How does the userland application know its IO has been completed ?
There are two points here,

How to get the io completion events from underlying?

irq

nvme_irq()
  -> nvme_process_cq()
    -> nvme_handle_cqe()
      -> nvme_end_request()
        -> blk_mq_complete_request()

polling

blk_poll()
---

    // For the device that doesn't support polling, just return 0 here.
    // generic_make_request_checks would clear REQ_HIPRI if device doesn't
    // support polling to ensure bio is issued to correct queue.

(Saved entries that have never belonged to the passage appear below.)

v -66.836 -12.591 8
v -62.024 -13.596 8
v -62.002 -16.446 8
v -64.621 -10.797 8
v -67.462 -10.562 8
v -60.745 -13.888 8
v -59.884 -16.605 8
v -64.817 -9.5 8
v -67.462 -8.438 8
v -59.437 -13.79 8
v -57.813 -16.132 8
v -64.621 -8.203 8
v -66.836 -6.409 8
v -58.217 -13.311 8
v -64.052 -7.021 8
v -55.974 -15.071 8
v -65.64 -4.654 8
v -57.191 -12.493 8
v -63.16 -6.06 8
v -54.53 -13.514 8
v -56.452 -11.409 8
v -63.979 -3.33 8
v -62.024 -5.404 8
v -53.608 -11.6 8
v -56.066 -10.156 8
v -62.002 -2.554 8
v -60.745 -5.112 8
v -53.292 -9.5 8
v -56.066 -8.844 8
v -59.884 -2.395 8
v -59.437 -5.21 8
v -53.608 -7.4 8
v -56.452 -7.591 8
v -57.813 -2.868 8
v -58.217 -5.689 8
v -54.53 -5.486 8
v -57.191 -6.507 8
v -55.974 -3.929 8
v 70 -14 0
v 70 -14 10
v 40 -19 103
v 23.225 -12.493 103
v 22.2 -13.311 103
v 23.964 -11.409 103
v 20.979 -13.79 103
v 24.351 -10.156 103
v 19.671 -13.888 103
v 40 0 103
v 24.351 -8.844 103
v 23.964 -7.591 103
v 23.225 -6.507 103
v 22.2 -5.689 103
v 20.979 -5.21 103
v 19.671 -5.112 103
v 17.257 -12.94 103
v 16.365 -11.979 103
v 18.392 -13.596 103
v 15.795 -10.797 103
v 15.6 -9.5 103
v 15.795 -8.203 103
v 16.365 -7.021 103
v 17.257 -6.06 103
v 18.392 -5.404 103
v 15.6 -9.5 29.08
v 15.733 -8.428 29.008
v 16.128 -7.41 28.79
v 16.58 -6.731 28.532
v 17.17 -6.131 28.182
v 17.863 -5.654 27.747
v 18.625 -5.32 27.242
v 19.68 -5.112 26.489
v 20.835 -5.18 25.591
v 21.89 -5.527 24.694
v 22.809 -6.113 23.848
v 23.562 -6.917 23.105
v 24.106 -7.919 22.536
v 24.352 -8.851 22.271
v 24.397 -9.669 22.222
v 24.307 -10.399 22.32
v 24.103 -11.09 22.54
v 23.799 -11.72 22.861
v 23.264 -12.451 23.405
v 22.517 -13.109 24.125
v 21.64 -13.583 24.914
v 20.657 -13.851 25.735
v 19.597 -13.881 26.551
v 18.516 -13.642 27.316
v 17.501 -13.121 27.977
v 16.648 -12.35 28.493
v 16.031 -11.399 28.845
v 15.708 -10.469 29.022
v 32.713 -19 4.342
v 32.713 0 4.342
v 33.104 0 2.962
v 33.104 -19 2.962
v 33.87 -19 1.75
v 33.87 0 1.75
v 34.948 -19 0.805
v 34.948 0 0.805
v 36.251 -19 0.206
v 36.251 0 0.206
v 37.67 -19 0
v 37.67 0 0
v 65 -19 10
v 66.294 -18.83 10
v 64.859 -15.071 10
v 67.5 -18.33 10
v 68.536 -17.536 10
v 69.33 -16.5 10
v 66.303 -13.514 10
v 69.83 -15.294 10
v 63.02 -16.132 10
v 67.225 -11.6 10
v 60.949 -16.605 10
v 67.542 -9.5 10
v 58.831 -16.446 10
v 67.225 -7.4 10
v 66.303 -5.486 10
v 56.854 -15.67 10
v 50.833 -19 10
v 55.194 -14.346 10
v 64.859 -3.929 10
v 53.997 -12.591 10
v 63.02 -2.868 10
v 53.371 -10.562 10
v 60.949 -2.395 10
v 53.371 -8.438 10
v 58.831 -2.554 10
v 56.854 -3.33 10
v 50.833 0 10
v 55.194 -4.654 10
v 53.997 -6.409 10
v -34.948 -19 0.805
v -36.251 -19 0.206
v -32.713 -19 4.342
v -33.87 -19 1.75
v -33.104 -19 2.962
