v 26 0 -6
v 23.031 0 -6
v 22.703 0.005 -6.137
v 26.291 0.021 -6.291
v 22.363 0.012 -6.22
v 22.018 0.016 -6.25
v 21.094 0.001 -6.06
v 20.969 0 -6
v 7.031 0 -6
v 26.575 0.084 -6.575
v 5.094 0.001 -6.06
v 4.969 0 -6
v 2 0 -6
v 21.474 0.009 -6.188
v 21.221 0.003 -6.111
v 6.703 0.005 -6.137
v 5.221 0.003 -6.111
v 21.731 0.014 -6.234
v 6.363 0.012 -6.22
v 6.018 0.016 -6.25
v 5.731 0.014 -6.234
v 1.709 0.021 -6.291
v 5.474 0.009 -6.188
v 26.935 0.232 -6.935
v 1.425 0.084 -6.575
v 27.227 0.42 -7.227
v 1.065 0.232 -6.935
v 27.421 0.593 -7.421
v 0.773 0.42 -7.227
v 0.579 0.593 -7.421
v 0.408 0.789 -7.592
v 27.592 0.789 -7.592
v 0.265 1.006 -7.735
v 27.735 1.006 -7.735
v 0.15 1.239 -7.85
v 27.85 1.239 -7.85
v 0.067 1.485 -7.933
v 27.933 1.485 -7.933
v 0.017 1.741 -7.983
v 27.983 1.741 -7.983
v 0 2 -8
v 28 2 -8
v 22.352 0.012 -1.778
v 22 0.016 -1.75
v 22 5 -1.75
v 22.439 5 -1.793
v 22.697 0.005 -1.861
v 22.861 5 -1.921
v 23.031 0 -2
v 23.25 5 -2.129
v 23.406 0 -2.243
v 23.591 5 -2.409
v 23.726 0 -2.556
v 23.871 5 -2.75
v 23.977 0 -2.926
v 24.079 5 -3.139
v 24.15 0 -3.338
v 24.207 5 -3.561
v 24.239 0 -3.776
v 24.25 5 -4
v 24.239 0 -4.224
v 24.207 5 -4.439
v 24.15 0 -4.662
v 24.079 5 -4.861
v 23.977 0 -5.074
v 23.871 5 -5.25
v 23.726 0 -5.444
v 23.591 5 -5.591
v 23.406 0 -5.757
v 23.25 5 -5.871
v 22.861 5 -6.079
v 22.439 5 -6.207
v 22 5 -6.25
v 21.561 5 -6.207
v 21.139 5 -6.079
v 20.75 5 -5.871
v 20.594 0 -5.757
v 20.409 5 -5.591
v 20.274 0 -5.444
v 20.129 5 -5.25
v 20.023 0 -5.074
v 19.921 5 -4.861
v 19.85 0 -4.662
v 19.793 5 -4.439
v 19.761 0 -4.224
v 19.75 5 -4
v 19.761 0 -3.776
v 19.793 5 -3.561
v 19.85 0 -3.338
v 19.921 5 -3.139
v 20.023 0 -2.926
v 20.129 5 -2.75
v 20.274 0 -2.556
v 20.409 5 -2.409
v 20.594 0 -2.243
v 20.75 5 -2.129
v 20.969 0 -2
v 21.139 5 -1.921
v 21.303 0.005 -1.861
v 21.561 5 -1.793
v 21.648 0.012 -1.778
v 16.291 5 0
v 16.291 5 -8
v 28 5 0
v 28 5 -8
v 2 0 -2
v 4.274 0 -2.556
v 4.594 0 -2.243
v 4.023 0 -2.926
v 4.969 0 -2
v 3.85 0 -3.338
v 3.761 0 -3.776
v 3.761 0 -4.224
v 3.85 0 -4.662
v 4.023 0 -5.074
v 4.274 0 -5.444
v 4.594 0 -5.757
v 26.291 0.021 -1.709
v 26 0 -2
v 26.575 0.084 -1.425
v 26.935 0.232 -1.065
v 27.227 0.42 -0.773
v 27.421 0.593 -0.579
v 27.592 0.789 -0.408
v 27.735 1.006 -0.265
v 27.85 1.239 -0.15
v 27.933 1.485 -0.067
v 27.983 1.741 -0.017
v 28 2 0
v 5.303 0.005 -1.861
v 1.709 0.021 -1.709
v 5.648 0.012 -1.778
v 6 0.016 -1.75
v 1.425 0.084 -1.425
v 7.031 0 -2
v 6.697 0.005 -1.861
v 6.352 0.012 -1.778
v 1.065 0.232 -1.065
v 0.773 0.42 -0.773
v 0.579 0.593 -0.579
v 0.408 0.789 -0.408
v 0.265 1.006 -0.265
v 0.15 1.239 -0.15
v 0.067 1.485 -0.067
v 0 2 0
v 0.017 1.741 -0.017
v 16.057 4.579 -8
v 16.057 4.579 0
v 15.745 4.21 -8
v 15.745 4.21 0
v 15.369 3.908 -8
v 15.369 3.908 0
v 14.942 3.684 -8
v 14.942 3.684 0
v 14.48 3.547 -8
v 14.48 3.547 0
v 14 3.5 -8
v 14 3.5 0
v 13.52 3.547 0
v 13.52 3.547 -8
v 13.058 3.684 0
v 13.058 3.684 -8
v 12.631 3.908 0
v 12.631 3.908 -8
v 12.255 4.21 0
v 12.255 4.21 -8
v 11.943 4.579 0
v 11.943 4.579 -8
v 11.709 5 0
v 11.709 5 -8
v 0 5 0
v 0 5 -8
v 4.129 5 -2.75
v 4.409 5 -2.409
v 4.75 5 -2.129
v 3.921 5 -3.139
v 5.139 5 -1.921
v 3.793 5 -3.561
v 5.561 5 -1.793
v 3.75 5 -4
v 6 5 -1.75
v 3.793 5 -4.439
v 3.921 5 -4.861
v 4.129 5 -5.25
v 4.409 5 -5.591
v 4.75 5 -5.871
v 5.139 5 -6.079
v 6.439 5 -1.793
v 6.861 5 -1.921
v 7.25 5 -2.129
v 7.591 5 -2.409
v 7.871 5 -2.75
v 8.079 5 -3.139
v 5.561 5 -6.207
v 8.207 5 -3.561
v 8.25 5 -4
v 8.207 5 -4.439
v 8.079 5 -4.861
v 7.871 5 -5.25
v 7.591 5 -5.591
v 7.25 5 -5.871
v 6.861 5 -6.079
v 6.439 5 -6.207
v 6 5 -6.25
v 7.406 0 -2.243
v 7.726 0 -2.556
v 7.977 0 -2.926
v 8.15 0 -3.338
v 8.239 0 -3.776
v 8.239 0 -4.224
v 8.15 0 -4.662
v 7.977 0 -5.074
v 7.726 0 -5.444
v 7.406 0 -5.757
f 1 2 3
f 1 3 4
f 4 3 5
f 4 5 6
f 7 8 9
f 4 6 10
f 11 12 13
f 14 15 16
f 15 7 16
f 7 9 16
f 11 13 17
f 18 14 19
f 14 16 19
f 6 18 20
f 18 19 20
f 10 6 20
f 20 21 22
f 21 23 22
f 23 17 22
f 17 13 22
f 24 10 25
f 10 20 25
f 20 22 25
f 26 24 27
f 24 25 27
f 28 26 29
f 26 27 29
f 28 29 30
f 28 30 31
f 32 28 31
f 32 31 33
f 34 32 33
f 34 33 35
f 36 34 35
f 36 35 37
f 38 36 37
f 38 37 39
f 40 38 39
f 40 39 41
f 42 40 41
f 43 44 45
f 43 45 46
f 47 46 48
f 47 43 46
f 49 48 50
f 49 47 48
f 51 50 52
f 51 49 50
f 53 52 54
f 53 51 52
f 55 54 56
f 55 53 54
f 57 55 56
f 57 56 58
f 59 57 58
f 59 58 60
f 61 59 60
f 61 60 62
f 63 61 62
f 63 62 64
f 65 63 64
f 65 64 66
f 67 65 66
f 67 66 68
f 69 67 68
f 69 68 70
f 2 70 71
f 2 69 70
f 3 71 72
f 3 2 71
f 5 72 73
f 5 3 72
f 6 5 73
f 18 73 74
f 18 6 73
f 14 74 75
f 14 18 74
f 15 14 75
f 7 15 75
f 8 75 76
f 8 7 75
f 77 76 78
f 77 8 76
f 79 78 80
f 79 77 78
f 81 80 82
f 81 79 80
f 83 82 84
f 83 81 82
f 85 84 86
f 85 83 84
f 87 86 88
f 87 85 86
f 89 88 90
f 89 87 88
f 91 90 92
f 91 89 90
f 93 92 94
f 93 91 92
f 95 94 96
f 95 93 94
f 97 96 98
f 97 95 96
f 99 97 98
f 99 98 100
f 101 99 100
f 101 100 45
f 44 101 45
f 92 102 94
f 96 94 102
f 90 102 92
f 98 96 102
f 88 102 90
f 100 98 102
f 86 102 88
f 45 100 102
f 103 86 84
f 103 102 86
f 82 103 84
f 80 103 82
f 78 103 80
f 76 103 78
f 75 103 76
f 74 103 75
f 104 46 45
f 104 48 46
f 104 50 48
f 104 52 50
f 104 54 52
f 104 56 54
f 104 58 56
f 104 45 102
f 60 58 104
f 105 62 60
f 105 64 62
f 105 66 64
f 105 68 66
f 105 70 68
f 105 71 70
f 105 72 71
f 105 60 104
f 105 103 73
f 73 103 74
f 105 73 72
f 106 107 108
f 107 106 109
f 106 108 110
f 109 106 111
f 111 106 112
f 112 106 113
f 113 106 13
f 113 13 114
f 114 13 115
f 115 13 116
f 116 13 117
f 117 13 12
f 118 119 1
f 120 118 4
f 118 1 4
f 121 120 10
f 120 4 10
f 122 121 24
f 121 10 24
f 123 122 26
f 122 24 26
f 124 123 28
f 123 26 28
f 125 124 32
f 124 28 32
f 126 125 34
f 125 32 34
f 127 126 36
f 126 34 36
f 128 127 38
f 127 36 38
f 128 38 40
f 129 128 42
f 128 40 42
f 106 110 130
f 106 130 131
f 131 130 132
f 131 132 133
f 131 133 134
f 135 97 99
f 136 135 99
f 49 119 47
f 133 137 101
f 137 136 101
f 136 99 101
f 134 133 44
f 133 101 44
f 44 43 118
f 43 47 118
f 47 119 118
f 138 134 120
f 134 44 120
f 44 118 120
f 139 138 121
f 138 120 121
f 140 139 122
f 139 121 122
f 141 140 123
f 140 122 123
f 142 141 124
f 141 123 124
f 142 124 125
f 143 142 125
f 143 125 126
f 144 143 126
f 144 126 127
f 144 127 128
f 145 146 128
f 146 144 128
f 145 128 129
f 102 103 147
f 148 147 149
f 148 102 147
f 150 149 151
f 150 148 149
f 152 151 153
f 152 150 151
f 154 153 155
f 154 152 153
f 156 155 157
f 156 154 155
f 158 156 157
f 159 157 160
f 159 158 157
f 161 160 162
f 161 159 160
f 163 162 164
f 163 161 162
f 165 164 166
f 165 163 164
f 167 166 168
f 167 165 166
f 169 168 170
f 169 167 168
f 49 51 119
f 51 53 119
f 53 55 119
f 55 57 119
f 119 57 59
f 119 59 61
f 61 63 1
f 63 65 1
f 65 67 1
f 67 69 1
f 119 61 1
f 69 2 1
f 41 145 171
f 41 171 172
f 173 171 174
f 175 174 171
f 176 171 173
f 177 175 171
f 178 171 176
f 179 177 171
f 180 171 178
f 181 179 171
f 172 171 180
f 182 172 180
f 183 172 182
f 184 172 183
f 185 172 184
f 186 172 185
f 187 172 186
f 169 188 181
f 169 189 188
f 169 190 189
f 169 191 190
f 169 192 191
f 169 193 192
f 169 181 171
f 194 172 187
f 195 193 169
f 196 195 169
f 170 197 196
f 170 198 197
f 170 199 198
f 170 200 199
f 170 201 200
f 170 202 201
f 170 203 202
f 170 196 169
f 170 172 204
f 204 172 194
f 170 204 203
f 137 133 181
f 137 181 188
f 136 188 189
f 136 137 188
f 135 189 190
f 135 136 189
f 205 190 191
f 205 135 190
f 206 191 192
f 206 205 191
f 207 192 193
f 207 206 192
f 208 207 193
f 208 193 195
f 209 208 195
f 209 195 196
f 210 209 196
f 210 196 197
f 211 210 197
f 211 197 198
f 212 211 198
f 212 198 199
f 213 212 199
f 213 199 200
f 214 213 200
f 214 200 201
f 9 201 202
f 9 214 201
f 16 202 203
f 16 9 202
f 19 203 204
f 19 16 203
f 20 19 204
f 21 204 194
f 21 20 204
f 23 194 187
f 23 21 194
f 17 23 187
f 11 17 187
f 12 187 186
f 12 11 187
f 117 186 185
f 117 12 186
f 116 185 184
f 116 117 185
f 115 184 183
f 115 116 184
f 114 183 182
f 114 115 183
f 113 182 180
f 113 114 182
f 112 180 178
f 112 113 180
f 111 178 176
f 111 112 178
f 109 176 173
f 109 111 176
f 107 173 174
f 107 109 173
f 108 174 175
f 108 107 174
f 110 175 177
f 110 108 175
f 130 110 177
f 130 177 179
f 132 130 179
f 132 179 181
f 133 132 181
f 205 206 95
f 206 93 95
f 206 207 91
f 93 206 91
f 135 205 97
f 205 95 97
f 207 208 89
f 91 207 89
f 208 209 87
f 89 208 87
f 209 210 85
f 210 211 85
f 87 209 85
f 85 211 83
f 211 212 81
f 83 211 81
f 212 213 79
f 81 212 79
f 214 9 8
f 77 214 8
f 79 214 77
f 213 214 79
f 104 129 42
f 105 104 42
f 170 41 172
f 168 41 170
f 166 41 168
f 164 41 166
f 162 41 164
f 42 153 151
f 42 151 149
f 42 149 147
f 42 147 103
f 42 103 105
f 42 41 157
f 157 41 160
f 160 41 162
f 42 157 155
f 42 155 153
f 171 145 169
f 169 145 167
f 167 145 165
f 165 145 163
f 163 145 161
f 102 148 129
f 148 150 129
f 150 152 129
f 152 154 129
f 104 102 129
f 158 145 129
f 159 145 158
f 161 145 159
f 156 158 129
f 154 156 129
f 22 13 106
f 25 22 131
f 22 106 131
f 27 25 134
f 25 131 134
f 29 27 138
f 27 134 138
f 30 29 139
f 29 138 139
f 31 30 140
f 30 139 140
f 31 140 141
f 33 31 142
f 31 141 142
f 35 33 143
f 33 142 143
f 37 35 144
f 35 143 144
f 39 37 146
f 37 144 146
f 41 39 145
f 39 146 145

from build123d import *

# Parameters (mm, degrees)
SKETCH1_W           = 28
SKETCH1_H           = 8
SKETCH1_R           = 2.25
BOSS_EXTRUDE1_DEPTH = 5
CUT_EXTRUDE1_REACH  = 31.547
FILLET1_R           = 2


with BuildPart() as part:
    # Sketch1 → Boss-Extrude1 (new body)
    with BuildSketch(Plane(origin=(0, 0, 0), x_dir=(1, 0, 0), z_dir=(0, 1, 0))):
        with Locations((14, 4)):
            Rectangle(SKETCH1_W, SKETCH1_H)
        with Locations(Location((6, 4, 0), (0, 0, 270))):
            Circle(SKETCH1_R, mode=Mode.SUBTRACT)
        with Locations(Location((22, 4, 0), (0, 0, 270))):
            Circle(SKETCH1_R, mode=Mode.SUBTRACT)
    extrude(amount=BOSS_EXTRUDE1_DEPTH)

    # Sketch2 → Cut-Extrude1 (cut, up to next)
    with BuildSketch(Plane.XY, mode=Mode.PRIVATE) as cut_extrude1_sk1:
        with BuildLine():
            Line((11.5, 6), (16.5, 6))
            ThreePointArc((16.5, 6), (14, 3.5), (11.5, 6))
        make_face()
    cut_extrude1_tool1 = extrude(cut_extrude1_sk1.sketch, amount=-CUT_EXTRUDE1_REACH, mode=Mode.PRIVATE) & part.part
    add(cut_extrude1_tool1.solids().sort_by_distance((14, 4.938967, 0))[0], mode=Mode.SUBTRACT)

    # Fillet1
    # the kernel refuses this fillet: 2 mm, written as the material it takes off along each edge
    with BuildSketch(Plane(origin=(-5, 0, -8), x_dir=(0, 1, 0), z_dir=(1, 0, 0))) as fillet1_piece_1:
        with BuildLine():
            CenterArc((FILLET1_R, FILLET1_R), FILLET1_R, 180, 90)
            Line((0, FILLET1_R), (0, 0))
            Line((0, 0), (FILLET1_R, 0))
        make_face()
    extrude(amount=38, mode=Mode.SUBTRACT)
    with BuildSketch(Plane(origin=(28, 0, -13), x_dir=(-1, 0, 0), z_dir=(0, 0, 1)), Plane(origin=(0, 0, 5), x_dir=(1, 0, 0), z_dir=(0, 0, -1))) as fillet1_piece_2:
        with BuildLine():
            CenterArc((FILLET1_R, -FILLET1_R), FILLET1_R, 90, 90)
            Line((0, -FILLET1_R), (0, 0))
            Line((0, 0), (FILLET1_R, 0))
        make_face()
    extrude(amount=18, mode=Mode.SUBTRACT)
    with BuildSketch(Plane(origin=(33, 0, 0), x_dir=(0, 0, -1), z_dir=(-1, 0, 0))) as fillet1_piece_3:
        with BuildLine():
            CenterArc((FILLET1_R, -FILLET1_R), FILLET1_R, 90, 90)
            Line((0, -FILLET1_R), (0, 0))
            Line((0, 0), (FILLET1_R, 0))
        make_face()
    extrude(amount=38, mode=Mode.SUBTRACT)


solid = part.part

    if (!blk_qc_t_valid(cookie) ||
        !test_bit(QUEUE_FLAG_POLL, &q->queue_flags))
        return 0;

    if (current->plug)
        blk_flush_plug_list(current->plug, false);

    hctx = q->queue_hw_ctx[blk_qc_t_to_queue_num(cookie)];
    ...
    state = current->state;
    do {
        int ret;

        hctx->poll_invoked++;

        ret = q->mq_ops->poll(hctx);

          ---
          -> nvme_poll()
            -> nvme_process_cq()
          ---

    
        if (signal_pending_state(state, current))
            __set_current_state(TASK_RUNNING);

        if (current->state == TASK_RUNNING)
            return 1;

        if (ret < 0 || !spin)
            break;
        cpu_relax();
    } while (!need_resched());

    __set_current_state(TASK_RUNNING);

---

How to get the io completion events ?

wait

direct-IO + async
blk_update_request()
  -> bio_endio()
    -> blkdev_bio_end_io()
      -> dio->iocb->ki_complete()
         io_complete_rw()
         -> io_complete_rw_common()>

for the buffered IO
io_issue_sqe()
  -> io_read()
  ---
    if (req->file->f_op->read_iter)
            ret2 = call_read_iter(req->file, kiocb, &iter);
        else
            ret2 = loop_rw_iter(READ, req->file, kiocb, &iter);

        /* Catch -EAGAIN return for forced non-blocking submission */
        if (!force_nonblock || ret2 != -EAGAIN) {
            kiocb_done(kiocb, ret2);
        } 
  ---
kiocb_done()
--
    if (ret >= 0 && kiocb->ki_complete == io_complete_rw)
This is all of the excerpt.